Daech ou le pari du calife

Le 7 mars, l’émir du groupe nigérian Boko Haram a prêté allégeance à l’Etat islamique (EI). Ainsi, le dixième groupe terroriste mondial est venu grossir les rangs du premier. Dès son accession à la tête de l’EI, Abou Bakr al-Baghdadi avait fait le pari fou de diriger toute la communauté musulmane mondiale, de gré ou de force. Pour réaliser son ambition, il choisit de rétablir l’institution califale à cheval entre l’Irak et la Syrie.

Abou Bakr al-Bagh-dadi, calife autoproclamé de Daech, n’est pas qu’un excellent communicant. Le jihadiste le plus recherché du monde s’avère être aussi un stratège hors pair. Afin d’étendre son influence, celui qui se surnomme «calife Ibrahim» troque aisément son uniforme de chef de guerre pour la toge de chef des croyants. Seul digne d’organiser et de protéger la foi, le calife signifie, littéralement, le successeur du Prophète. La doctrine lui accorde le pouvoir de fédérer tous les musulmans du monde sous la bannière du califat. Or, Al-Baghdadi est aussi à la tête de l’organisation islamiste connue sous le nom d’Etat islamique en Irak et au Levant (EIIL). S’il doit diriger les cinq prières quotidiennes, sa mission consiste surtout à élargir les rangs de son organisation terroriste. Alors, pour dynamiser le recrutement, il opère des rapprochements avec d’autres groupes islamistes, accepte les serments d’allégeances, et joue ainsi sur la dualité ambivalente de ses fonctions.

L’institution califale dirigée par Daech établit peu à peu un système réticulaire d’alliances, qui confère au califat une dimension planétaire. Après les exploits militaires en Irak et en Syrie, le ralliement de groupuscules en Egypte et en Libye, Daech continue son expansion et atteint le Nigeria. La conquête de l’Afrique noire débute par ce bay’ah, le serment d’allégeance prêté, samedi 7 mars, par l’émir du groupe islamiste Boko Haram, Abubakar Shekau : «Nous annonçons notre allégeance au calife […] que nous écouterons et auquel nous obéirons dans les difficultés comme dans la prospérité.»Depuis, la jihadosphère s’impatiente de la réponse du calife. Le chef de Boko Haram sera sans doute bientôt nommé premier sultan du calife Ibrahim. La planète tremble et les réseaux sociaux s’affolent. Les attentats du 11 septembre nous ont livré un enseignement primordial, qu’il convient de rappeler. La puissance du terrorisme ne réside pas tant en sa capacité destructrice, mais en ce qu’elle induit, les mauvais présages qu’elle augure. Le rapt de 219 lycéennes, les massacres et autres exactions commises par ces groupes islamistes ne marquent qu’un temps nos esprits. En revanche, le terrorisme cherche à établir le règne de la terreur. Précisément, le jihad terroriste vise nos inconscients, de sorte que nous ayons peur de devenir, à notre tour, les cibles de ces organisations.

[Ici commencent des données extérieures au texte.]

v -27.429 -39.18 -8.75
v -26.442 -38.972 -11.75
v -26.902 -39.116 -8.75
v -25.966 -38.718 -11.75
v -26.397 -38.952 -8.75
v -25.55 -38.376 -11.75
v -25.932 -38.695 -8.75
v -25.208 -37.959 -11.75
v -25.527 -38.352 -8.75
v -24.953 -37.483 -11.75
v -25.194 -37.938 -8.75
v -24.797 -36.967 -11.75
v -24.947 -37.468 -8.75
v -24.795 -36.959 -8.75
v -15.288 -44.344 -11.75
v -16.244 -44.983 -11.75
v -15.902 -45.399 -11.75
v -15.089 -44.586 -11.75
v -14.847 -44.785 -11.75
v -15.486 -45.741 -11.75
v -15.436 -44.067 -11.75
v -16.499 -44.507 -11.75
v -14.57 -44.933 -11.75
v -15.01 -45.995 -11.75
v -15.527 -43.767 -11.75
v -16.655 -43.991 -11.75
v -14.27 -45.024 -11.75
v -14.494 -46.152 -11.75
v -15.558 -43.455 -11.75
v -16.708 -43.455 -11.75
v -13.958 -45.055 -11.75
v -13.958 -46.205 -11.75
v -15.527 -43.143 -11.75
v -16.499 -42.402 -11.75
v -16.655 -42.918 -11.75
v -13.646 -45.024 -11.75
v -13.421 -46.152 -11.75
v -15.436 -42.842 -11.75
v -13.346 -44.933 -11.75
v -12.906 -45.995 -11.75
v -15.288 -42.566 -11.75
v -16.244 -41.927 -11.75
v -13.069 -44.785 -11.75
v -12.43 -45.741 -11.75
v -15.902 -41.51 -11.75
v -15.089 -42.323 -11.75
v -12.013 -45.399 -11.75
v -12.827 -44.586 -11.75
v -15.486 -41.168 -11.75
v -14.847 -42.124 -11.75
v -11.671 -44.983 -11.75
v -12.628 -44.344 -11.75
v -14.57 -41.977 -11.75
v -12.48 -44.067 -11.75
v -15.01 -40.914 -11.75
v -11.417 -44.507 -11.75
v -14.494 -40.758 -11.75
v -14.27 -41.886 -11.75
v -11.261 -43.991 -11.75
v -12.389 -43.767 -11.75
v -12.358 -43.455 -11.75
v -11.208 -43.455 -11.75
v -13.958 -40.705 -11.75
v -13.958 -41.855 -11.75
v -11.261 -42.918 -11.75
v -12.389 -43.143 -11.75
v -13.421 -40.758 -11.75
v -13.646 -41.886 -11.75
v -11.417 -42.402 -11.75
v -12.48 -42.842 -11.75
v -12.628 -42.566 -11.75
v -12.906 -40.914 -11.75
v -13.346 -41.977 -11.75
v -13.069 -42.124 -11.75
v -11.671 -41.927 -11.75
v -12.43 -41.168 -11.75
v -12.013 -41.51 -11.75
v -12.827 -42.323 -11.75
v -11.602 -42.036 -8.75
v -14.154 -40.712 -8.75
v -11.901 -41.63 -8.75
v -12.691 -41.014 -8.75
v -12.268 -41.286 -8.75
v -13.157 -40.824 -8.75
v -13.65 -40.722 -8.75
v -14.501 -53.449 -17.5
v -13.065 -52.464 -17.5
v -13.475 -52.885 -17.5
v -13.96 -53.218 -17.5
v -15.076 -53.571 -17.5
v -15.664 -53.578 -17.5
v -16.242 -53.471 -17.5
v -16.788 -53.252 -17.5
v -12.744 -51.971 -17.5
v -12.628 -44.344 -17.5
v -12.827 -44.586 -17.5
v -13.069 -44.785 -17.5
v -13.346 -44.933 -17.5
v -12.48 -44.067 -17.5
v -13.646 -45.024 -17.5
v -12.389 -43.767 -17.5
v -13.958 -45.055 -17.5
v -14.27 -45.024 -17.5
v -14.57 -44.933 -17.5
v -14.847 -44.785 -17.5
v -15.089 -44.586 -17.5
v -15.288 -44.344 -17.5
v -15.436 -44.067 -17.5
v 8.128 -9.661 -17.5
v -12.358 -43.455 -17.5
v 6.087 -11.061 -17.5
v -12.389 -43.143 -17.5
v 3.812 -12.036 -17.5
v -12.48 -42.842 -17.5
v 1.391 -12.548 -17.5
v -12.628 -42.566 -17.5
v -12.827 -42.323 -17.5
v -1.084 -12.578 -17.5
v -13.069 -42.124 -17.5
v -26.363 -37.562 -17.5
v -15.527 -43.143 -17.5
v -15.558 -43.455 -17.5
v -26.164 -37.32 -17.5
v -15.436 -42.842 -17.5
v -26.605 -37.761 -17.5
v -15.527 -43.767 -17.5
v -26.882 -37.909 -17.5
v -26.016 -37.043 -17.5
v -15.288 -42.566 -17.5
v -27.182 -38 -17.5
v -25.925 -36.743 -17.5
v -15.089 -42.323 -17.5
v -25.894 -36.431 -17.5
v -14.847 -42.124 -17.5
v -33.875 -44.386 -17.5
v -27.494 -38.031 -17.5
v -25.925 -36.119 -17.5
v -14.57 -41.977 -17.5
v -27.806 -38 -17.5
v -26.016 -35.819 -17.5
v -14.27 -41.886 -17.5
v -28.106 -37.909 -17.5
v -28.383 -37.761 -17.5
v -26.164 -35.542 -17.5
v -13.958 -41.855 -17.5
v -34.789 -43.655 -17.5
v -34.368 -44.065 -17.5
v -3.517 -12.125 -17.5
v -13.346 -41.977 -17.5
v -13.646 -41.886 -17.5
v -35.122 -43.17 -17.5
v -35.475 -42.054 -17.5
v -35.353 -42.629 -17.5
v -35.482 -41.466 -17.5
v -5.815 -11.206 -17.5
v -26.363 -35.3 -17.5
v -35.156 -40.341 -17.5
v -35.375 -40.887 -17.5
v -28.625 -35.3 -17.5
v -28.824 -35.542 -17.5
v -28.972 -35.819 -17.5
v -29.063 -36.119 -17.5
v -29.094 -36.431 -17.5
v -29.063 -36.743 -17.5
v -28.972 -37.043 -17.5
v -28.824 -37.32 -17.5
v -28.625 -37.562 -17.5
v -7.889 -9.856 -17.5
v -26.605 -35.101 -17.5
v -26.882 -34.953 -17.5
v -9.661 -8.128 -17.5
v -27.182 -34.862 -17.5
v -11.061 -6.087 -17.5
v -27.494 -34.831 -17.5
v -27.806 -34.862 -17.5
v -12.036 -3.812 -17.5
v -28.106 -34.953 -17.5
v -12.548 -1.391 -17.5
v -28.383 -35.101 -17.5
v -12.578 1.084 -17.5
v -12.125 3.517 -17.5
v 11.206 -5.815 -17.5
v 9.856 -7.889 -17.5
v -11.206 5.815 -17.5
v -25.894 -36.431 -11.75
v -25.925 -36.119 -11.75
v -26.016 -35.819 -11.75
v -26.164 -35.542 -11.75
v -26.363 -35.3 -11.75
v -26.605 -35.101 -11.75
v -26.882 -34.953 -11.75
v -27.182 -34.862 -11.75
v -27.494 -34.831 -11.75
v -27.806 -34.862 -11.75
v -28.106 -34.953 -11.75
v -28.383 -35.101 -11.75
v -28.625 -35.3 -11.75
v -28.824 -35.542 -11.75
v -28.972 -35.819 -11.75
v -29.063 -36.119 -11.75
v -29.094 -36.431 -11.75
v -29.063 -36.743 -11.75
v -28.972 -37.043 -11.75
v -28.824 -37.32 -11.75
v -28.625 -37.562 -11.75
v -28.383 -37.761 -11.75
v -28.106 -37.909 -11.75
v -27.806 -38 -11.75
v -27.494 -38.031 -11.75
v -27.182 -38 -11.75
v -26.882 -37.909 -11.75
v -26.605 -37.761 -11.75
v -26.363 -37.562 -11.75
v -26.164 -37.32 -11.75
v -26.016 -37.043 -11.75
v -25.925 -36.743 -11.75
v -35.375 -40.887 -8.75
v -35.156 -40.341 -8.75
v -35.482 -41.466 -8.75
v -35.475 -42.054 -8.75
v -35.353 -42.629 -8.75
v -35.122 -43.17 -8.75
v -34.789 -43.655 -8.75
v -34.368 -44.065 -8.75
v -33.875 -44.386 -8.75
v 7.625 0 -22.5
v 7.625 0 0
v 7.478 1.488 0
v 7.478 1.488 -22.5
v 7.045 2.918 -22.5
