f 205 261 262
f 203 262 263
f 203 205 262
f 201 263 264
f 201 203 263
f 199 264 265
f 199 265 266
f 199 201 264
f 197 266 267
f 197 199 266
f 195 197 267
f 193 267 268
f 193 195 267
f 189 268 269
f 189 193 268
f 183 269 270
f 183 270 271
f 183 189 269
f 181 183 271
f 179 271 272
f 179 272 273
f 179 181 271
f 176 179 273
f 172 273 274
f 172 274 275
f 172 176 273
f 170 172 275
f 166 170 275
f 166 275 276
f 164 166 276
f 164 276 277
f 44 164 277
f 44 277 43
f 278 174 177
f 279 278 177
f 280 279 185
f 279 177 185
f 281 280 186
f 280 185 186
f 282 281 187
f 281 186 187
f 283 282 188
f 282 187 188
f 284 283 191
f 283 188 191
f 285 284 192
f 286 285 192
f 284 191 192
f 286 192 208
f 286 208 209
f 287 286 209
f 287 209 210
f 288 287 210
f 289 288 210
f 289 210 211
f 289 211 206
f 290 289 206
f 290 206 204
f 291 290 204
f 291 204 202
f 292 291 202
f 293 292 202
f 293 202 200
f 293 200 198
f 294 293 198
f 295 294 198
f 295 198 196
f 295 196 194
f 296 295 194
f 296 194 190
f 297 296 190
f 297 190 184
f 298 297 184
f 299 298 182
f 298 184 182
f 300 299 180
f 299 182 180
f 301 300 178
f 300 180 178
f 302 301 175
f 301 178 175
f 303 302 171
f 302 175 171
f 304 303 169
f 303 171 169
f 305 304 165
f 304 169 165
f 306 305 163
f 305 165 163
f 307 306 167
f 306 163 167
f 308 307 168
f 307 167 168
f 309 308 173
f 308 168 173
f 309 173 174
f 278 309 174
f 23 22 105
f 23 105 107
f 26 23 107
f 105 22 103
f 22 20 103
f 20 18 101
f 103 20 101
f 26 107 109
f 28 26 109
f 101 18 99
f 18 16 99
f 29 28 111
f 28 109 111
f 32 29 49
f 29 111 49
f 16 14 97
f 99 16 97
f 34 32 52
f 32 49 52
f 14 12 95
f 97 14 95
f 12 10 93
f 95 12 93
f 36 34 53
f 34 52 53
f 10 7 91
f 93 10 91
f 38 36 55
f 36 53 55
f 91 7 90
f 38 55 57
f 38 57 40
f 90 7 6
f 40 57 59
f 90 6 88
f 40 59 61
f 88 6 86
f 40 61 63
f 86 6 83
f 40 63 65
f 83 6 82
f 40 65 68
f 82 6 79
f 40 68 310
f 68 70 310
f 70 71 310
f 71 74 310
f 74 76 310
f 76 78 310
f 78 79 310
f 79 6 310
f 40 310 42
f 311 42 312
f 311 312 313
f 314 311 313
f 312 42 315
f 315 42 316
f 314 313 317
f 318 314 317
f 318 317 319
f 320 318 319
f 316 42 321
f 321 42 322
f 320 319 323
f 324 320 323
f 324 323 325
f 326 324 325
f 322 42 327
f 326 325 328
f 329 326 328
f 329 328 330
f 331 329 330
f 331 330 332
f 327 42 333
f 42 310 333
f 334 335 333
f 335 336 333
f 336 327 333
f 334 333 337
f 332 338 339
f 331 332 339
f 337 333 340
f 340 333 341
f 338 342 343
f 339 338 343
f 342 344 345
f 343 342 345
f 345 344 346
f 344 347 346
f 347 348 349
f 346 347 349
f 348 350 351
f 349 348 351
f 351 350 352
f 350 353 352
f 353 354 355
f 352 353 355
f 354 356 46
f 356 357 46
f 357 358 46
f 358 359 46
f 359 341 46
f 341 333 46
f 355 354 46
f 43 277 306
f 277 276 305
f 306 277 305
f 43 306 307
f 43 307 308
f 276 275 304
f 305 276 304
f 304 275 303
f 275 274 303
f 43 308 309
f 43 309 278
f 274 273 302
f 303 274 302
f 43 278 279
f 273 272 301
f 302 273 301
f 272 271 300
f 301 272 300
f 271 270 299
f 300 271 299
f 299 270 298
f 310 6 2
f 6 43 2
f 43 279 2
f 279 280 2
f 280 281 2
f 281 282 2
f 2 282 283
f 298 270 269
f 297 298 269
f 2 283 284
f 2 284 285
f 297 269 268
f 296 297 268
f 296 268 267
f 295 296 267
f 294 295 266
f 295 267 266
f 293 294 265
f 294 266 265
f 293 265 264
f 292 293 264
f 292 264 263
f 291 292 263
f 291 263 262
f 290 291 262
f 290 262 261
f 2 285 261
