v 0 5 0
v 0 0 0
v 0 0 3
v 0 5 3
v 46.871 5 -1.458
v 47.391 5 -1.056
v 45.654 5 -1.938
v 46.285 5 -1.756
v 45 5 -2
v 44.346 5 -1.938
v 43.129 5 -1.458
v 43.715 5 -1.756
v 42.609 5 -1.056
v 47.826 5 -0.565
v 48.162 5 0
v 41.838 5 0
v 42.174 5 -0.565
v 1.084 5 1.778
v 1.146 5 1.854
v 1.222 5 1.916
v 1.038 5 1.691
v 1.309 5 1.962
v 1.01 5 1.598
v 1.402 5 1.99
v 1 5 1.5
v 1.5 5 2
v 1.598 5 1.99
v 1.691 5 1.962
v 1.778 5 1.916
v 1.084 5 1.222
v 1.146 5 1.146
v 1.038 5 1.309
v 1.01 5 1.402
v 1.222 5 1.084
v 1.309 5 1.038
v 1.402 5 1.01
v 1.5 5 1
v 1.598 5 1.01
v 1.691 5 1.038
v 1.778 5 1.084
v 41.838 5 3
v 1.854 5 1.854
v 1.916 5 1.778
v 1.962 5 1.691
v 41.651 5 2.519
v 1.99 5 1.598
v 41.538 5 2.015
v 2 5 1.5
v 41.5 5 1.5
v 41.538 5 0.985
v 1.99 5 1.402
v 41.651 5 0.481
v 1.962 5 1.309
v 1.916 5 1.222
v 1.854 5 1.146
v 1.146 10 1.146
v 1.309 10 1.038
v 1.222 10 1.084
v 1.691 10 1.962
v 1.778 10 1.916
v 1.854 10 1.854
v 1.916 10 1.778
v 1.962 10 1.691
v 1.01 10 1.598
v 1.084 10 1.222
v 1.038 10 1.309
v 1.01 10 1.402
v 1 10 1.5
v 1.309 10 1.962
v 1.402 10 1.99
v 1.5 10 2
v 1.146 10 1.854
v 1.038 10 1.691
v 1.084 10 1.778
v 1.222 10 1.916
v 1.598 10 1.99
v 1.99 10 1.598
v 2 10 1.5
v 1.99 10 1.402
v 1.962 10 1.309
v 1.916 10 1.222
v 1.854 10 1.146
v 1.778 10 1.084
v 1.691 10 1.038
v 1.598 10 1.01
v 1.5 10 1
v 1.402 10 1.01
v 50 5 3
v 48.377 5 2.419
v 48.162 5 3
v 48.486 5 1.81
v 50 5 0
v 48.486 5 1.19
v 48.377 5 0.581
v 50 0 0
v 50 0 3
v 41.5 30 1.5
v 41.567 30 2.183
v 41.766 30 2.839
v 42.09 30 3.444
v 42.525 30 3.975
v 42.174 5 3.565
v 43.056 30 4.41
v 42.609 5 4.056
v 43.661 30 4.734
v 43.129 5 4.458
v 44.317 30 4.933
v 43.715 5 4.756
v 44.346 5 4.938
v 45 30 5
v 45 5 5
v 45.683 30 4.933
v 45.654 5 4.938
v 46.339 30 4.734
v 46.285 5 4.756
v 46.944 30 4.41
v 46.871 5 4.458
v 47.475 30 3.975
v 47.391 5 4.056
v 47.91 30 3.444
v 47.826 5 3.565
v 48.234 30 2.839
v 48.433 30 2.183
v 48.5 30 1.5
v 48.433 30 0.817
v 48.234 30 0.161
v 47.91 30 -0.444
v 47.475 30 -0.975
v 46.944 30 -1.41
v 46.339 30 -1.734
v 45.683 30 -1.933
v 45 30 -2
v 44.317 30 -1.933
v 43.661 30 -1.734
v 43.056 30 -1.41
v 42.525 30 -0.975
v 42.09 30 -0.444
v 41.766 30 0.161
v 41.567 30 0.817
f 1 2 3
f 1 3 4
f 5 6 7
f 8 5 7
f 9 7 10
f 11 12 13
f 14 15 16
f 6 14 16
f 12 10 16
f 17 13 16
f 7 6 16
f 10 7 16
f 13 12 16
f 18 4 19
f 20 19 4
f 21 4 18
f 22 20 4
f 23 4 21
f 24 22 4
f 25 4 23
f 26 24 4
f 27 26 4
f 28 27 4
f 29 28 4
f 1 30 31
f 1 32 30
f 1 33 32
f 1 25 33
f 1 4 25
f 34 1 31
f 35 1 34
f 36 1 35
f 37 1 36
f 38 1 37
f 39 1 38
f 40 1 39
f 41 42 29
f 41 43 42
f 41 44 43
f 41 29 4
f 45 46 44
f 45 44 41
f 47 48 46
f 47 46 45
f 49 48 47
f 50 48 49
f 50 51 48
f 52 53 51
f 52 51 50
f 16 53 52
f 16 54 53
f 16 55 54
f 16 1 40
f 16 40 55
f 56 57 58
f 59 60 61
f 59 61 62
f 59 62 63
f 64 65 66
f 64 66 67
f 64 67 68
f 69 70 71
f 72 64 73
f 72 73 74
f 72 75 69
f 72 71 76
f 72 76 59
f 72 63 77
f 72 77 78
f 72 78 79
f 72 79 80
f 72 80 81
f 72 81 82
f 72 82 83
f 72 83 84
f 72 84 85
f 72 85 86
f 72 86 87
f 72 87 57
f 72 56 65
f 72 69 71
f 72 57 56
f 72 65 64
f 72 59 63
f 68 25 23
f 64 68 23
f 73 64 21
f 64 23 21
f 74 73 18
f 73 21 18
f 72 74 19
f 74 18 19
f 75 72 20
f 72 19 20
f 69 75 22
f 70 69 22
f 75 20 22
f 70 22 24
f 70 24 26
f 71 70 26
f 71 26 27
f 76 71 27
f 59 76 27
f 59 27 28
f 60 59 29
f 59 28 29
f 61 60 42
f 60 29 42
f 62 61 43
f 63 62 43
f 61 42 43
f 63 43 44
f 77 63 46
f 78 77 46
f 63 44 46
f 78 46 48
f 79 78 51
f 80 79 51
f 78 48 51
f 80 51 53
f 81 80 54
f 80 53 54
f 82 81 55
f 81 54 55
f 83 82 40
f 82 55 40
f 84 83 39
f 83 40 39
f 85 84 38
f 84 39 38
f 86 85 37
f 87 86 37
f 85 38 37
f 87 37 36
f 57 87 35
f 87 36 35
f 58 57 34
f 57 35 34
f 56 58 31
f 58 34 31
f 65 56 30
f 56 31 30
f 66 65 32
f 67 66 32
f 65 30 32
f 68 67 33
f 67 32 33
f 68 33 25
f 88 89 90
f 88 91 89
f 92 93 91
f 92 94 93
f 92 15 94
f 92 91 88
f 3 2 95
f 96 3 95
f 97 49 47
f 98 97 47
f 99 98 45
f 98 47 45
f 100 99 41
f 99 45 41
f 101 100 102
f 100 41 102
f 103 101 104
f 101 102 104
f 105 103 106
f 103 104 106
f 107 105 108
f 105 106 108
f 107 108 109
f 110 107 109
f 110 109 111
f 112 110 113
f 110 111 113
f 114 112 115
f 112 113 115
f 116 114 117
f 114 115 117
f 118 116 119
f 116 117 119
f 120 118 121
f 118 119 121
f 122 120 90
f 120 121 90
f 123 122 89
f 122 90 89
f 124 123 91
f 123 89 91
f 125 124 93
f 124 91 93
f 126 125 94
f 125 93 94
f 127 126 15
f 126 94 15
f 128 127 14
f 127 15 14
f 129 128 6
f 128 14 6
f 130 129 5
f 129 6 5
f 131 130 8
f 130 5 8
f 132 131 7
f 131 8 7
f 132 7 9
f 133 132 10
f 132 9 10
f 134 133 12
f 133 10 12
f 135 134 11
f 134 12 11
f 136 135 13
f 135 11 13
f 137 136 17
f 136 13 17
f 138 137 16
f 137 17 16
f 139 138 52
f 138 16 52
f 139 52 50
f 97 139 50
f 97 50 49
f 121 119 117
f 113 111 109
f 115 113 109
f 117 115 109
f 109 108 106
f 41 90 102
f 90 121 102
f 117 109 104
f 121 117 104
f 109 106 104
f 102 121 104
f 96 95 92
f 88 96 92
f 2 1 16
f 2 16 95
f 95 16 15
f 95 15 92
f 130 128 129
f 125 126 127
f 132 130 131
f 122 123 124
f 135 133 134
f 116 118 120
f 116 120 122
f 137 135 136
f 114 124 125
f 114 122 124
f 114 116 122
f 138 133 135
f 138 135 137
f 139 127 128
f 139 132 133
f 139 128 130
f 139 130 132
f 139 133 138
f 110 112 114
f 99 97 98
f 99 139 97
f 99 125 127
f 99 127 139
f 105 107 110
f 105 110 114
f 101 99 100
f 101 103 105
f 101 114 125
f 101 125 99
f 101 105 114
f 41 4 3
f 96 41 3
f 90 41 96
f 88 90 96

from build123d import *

# Parameters (mm, degrees)
F0_W     = 50
F0_H     = 5
F1_DEPTH = 3
F2_R     = 0.5
F3_DEPTH = 5
F4_R     = 3.5
F5_DEPTH = 25


with BuildPart() as f1:
    # F0 (on Top) → F1 (new body)
    with BuildSketch(Plane.XY):
        with Locations((25, 2.5)):
            Rectangle(F0_W, F0_H)
    extrude(amount=F1_DEPTH)

    # F2 (on face) → F3 (join)
    with BuildSketch(Plane(origin=(0, 5, 0), x_dir=(-1, 0, 0), z_dir=(0, 1, 0))):
        with Locations((-1.5, 1.5)):
            Circle(F2_R)
    extrude(amount=F3_DEPTH)

    # F4 (on face) → F5 (join)
    with BuildSketch(Plane(origin=(0, 5, 0), x_dir=(-1, 0, 0), z_dir=(0, 1, 0))):
        with Locations((-45, 1.5)):
            Circle(F4_R)
    extrude(amount=F5_DEPTH)


solid = f1.part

Abubakar Shekau avait déjà déclaré, fin août 2014, instaurer son propre califat dans son fief de Gowza. L’intérêt pour Boko Haram de prêter allégeance au califat de l’Etat islamique est de solliciter un soutien des jihadistes face à l’offensive des forces africaines (composées du Tchad, du Niger, du Cameroun, du Nigeria et bientôt du Bénin) et sans doute d’obtenir des financements. Grâce à l’or noir, la fortune de l’Etat islamique s’élève de 2 à 3 milliards de dollars par an, tandis que le revenu de Boko Haram s’estime en millions de dollars (près de 52 millions de dollars), selon un classement réalisé par Forbes. Les écrits divinateurs d’Al-Souri, traduits par l’islamologue Gilles Kepel, révèlent la vision cauchemardesque à l’œuvre dans cette alliance. L’idéologue du jihad terroriste dévoile au calife comment réussir son pari et exploiter un immense réseau en puissance. La stratégie d’Al-Qaeda, qui consistait à frapper d’un grand coup les Etats-Unis, et exposer ainsi la faiblesse d’un colosse aux pieds d’argiles, ne galvanise pas les foules arabes. Trop lointain, le «Grand Satan» vacille à peine et riposte lourdement.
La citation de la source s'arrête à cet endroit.